With Star Wars: The Force Awakens debuting next week, everyone's attention is centered on the seventh Episode in the saga, but there are still some lingering questions about the standalone films (the ones with A Star Wars Story in their titles) that are going to be alternating with the more traditional movies that tell the continuing story of the Skywalkers.
/Film spoke with Lucasfilm head Kathleen Kennedy at last weekend's The Force Awakens press junket, and learned some interesting facts about the future of the Star Wars movies, including how it's different from what Marvel Studios is doing under the same corporate overlord. The whole piece is worth a read, but I'll pull out the most relevant quotes for you here:
"The standalone films can be a wide variety of genres inside the Star Wars universe...It is definitely [similar to Marvel Studios' approach in] the genre thinking but Star Wars is very different than Marvel in that they basically build their stories around characters, and then they seed those characters in different stories. Star Wars, you know, is a place, it’s a universe, so those stories are constructed a little differently than Marvel.
They are really being designed as standalone movies, which is fantastic for the filmmakers we bring in, and the actors we hire, because it’s a different sensibility. [The standalone movies] are not being designed to necessarily build new franchises" [and will] "very definitely have a beginning, middle, and end."
Also important: Kennedy says that all of the standalone films don't necessarily have to be prequels or sequels involving characters we already know.
When Disney first purchased Lucasfilm and got the ball rolling with new Star Wars movies, I was really hoping that we'd be able to explore new characters and new planets that aren't tied to the main saga stories, and I thought the standalone movies would be the perfect place to do that. So I was a little disappointed when word came out that Rogue One would take place right before A New Hope and involve stealing the plans of the Death Star and the next standalone film would be a Han Solo prequel. Rumors persist that Obi-Wan, Yoda, and Boba Fett might all get their own standalone films one day, and once I heard the first couple of announcements from Lucasfilm about the plots of the first two standalone movies, I figured it was just a matter of time before those rumors became official. But now I'm not so sure. With Kennedy saying that those movies don't have to feature characters we already know, I have a new hope (ha!) that we might actually get to explore this cinematic universe again in a fresh way.

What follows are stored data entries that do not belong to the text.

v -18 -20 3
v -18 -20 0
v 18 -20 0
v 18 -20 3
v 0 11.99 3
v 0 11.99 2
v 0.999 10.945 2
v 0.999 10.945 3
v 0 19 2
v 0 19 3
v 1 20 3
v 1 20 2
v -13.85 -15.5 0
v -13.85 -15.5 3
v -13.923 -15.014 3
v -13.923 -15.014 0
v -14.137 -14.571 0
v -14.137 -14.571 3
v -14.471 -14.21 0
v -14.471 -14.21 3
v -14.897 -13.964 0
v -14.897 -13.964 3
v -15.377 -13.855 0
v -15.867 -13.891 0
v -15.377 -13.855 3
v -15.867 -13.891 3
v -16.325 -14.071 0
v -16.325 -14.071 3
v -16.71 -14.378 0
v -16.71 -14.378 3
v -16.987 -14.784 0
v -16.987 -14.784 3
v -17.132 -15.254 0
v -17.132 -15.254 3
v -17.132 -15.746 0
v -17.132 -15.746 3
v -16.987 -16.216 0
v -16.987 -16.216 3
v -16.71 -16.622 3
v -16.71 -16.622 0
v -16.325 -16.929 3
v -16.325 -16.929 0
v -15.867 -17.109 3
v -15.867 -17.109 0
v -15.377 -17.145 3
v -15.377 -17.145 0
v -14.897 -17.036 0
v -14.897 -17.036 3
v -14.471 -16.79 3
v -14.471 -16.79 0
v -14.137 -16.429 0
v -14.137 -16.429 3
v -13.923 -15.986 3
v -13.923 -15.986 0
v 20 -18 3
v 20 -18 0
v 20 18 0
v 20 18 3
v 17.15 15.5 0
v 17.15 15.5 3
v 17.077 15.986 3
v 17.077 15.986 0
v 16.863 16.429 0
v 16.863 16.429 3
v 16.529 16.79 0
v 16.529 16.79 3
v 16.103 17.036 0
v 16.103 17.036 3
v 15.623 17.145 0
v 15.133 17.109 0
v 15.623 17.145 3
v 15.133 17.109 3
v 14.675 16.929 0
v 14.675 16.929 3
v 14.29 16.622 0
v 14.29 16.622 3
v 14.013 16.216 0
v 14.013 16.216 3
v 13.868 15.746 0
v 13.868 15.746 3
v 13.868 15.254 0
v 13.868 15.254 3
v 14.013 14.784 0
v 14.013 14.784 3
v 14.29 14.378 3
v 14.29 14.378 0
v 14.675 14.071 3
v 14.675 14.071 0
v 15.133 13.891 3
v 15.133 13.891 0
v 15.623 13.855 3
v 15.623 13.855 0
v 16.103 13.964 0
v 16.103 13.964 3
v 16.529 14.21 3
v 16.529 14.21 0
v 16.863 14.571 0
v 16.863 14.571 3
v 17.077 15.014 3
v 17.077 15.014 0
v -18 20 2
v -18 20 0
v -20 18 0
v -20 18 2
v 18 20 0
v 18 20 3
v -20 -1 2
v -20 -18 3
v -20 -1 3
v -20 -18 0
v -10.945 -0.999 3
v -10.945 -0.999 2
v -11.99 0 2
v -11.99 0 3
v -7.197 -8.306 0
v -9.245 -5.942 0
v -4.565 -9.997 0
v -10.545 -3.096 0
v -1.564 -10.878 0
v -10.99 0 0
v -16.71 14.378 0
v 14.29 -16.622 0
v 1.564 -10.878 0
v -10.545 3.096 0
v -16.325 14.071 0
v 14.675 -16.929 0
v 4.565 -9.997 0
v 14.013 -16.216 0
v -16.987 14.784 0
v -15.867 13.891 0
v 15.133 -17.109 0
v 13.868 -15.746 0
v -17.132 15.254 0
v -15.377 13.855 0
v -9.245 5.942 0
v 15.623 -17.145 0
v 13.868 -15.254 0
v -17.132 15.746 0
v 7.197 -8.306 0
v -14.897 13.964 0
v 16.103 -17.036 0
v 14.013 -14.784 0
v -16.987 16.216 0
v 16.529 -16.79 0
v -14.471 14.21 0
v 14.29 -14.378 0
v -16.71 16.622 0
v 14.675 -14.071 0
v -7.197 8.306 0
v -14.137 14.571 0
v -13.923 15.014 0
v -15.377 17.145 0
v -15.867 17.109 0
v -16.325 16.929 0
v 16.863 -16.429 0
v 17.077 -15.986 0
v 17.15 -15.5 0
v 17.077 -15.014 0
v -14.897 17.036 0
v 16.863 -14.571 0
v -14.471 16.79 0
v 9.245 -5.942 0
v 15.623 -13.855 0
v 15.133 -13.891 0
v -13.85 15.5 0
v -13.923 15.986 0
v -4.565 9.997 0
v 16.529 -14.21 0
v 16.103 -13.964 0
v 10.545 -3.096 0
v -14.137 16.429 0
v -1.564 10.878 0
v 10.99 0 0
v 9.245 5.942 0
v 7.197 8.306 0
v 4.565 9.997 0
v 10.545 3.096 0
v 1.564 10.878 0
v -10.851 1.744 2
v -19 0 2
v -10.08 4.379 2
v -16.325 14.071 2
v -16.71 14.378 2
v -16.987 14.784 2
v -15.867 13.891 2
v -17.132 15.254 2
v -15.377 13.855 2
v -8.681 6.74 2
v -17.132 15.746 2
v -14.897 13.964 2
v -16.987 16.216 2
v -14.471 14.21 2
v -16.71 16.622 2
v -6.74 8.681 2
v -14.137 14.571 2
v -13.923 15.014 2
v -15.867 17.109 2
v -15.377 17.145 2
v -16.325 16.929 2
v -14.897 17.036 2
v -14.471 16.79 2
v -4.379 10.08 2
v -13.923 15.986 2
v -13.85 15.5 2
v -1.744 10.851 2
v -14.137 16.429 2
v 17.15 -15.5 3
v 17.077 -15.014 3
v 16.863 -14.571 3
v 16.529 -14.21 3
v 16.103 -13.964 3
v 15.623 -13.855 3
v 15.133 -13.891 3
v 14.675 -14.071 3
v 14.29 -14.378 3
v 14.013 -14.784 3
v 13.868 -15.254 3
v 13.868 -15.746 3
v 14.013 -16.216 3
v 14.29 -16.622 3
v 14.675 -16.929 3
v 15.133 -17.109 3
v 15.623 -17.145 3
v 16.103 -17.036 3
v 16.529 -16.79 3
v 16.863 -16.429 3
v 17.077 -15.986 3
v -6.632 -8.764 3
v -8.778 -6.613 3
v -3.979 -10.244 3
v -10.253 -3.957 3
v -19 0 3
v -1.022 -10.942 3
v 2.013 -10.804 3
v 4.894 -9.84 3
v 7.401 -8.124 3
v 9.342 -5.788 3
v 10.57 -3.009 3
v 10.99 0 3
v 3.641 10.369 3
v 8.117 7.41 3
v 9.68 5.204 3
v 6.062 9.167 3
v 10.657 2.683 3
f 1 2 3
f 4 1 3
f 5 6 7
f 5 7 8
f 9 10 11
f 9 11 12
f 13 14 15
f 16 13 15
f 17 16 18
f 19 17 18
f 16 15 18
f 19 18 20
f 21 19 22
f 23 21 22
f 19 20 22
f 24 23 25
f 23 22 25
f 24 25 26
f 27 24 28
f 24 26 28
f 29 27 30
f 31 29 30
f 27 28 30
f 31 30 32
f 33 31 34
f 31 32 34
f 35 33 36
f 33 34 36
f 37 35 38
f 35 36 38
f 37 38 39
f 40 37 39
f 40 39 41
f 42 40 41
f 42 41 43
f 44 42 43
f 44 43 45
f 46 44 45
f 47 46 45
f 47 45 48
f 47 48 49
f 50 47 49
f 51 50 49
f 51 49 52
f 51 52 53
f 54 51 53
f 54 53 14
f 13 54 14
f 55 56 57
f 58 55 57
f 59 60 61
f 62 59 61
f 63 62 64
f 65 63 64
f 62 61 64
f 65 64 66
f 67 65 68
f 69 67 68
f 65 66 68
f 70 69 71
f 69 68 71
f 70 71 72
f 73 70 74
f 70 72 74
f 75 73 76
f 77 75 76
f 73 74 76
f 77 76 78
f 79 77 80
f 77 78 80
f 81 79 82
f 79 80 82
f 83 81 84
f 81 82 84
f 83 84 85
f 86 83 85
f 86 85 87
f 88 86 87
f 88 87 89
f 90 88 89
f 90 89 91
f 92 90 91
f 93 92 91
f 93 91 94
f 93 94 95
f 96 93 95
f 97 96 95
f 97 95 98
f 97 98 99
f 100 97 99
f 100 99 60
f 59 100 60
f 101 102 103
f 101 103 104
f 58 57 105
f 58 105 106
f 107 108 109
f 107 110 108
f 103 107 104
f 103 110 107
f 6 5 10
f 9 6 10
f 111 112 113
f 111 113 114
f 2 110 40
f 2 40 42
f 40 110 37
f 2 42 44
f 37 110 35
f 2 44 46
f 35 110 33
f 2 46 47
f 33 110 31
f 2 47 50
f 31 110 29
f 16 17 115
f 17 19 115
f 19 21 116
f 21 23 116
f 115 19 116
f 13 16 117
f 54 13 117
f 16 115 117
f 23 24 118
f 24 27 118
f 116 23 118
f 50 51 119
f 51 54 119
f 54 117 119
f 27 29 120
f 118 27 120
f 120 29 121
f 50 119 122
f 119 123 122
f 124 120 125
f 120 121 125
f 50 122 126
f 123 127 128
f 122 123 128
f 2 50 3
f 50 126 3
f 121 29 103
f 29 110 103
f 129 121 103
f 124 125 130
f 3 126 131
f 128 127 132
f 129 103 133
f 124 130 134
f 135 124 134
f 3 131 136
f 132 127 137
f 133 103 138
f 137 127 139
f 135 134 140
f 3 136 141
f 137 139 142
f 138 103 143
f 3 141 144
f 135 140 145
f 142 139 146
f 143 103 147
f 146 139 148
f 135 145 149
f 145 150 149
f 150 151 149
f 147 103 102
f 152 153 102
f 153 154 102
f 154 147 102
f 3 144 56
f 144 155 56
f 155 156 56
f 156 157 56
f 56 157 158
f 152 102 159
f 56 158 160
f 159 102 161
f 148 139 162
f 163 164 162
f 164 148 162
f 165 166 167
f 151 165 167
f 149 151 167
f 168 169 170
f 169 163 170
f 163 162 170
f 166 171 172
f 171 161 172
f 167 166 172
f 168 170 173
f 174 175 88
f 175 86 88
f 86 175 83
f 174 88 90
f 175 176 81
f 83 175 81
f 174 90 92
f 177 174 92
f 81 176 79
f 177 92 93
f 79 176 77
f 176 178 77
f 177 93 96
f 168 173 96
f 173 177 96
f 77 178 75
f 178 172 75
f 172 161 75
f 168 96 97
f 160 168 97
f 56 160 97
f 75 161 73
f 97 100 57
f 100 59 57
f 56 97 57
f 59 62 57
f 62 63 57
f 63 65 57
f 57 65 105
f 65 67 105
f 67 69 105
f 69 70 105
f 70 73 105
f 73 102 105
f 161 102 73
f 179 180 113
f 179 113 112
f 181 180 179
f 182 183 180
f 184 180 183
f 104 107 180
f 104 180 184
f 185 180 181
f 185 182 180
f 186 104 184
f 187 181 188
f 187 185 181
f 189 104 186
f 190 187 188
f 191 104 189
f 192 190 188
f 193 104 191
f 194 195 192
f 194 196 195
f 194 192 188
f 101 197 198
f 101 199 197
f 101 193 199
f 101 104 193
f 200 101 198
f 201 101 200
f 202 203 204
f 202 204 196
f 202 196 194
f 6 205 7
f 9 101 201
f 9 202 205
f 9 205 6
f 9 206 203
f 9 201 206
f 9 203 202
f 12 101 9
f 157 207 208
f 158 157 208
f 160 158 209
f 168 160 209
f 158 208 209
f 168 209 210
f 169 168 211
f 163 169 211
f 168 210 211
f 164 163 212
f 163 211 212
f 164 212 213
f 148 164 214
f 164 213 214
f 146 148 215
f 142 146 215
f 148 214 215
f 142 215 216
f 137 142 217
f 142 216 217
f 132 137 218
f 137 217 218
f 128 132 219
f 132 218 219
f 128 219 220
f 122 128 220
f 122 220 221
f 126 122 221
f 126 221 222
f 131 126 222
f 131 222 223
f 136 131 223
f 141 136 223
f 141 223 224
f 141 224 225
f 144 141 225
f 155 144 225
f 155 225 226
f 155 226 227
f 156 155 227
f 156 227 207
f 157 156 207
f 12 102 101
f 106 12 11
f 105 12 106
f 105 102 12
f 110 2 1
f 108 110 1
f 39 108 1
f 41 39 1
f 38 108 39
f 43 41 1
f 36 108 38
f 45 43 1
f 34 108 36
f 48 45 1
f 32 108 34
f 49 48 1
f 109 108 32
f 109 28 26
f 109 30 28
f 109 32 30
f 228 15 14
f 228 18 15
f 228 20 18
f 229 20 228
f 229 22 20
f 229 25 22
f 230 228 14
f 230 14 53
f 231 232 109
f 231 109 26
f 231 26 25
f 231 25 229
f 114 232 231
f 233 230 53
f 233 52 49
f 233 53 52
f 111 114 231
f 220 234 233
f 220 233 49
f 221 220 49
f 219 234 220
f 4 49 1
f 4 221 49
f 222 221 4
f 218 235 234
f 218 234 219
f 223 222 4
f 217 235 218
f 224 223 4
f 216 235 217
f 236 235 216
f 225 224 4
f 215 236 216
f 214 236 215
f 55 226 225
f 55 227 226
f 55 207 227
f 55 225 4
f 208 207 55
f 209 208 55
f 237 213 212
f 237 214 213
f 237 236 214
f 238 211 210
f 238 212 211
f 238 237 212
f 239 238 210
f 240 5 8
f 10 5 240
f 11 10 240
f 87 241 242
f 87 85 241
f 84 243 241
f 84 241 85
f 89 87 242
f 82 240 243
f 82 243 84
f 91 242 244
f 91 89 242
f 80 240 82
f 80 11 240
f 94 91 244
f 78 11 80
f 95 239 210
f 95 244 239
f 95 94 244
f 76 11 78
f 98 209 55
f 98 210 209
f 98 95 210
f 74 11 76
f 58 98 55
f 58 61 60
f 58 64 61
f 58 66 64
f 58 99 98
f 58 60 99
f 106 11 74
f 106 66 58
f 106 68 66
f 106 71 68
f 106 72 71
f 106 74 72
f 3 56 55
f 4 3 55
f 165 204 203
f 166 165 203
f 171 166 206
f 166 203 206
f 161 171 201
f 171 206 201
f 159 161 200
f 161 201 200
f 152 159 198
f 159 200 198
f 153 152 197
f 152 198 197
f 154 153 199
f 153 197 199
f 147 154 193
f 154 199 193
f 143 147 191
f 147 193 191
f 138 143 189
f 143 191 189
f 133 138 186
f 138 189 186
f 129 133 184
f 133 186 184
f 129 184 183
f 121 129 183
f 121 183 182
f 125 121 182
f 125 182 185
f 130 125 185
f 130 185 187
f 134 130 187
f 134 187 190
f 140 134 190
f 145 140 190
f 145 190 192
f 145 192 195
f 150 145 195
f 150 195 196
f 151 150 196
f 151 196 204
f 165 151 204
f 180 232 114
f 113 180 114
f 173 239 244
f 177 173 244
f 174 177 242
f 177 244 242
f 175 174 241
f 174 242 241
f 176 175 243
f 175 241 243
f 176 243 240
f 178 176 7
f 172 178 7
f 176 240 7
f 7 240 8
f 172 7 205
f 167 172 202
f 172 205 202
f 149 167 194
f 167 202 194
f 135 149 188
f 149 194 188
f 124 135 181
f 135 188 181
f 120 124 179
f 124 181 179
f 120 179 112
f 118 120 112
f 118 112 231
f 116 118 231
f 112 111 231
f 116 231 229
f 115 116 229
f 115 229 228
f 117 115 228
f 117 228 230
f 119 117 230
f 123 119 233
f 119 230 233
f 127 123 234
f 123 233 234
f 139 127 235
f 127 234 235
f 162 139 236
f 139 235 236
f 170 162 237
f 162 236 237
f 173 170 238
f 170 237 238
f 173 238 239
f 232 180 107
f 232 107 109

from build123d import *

# Parameters (mm, degrees)
SKETCH_W        = 40
SKETCH_H        = 40
PAD_DEPTH       = 3
SKETCH001_R     = 10.99
SKETCH001_R_2   = 1.65
POCKET_DEPTH    = 5
SKETCH003_W     = 37.54295
SKETCH003_H     = 30.927837
POCKET001_DEPTH = 1
CHAMFER_SIZE    = 2
CHAMFER001_SIZE = 1


with BuildPart() as part:
    # Sketch → Pad (new body)
    with BuildSketch(Plane.XY):
        Rectangle(SKETCH_W, SKETCH_H)
    extrude(amount=PAD_DEPTH)

    # Sketch001 (on Face6 of Pad) → Pocket (cut)
    with BuildSketch(Plane.XY.offset(3)):
        Circle(SKETCH001_R)
        with Locations((-15.5, 15.5)):
            Circle(SKETCH001_R_2)
        with Locations((15.5, 15.5)):
            Circle(SKETCH001_R_2)
        with Locations((-15.5, -15.5)):
            Circle(SKETCH001_R_2)
        with Locations((15.5, -15.5)):
            Circle(SKETCH001_R_2)
    extrude(amount=-POCKET_DEPTH, mode=Mode.SUBTRACT)

    # Sketch003 (on Face5 of Pocket) → Pocket001 (cut)
    with BuildSketch(Plane.XY.offset(3)):
        with Locations((-18.771475, 15.463919)):
            Rectangle(SKETCH003_W, SKETCH003_H)
    extrude(amount=-POCKET001_DEPTH, mode=Mode.SUBTRACT)

    # Chamfer
    chamfer_edges = [part.edges().sort_by_distance(p)[0] for p in [
        (-20, -20, 1.5),
        (20, -20, 1.5),
        (20, 20, 1.5),
        (-20, 20, 1),
    ]]
    chamfer(chamfer_edges, length=CHAMFER_SIZE)

    # Chamfer001
    chamfer001_edges = [part.edges().sort_by_distance(p)[0] for p in [
        (-10.99, 0, 2.5),
        (0, 20, 2.5),
        (0, 10.99, 2.5),
        (-20, 0, 2.5),
    ]]
    chamfer(chamfer001_edges, length=CHAMFER001_SIZE)


solid = part.part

I wondered if Bob Iger and the Disney execs would mandate standalone films based on familiar characters because of the name recognition they have, but hearing Kennedy imply that entirely new stories could be on the horizon is very exciting. I really love the idea of someone coming in, telling one self-contained story that takes place in their own corner of the universe, and then moving on to something else without having it get prequelized and sequelized to death. So even if the immediate future of Star Wars is going to look very familiar, it seems like not too long from now, things are going to start getting a lot more interesting at Lucasfilm.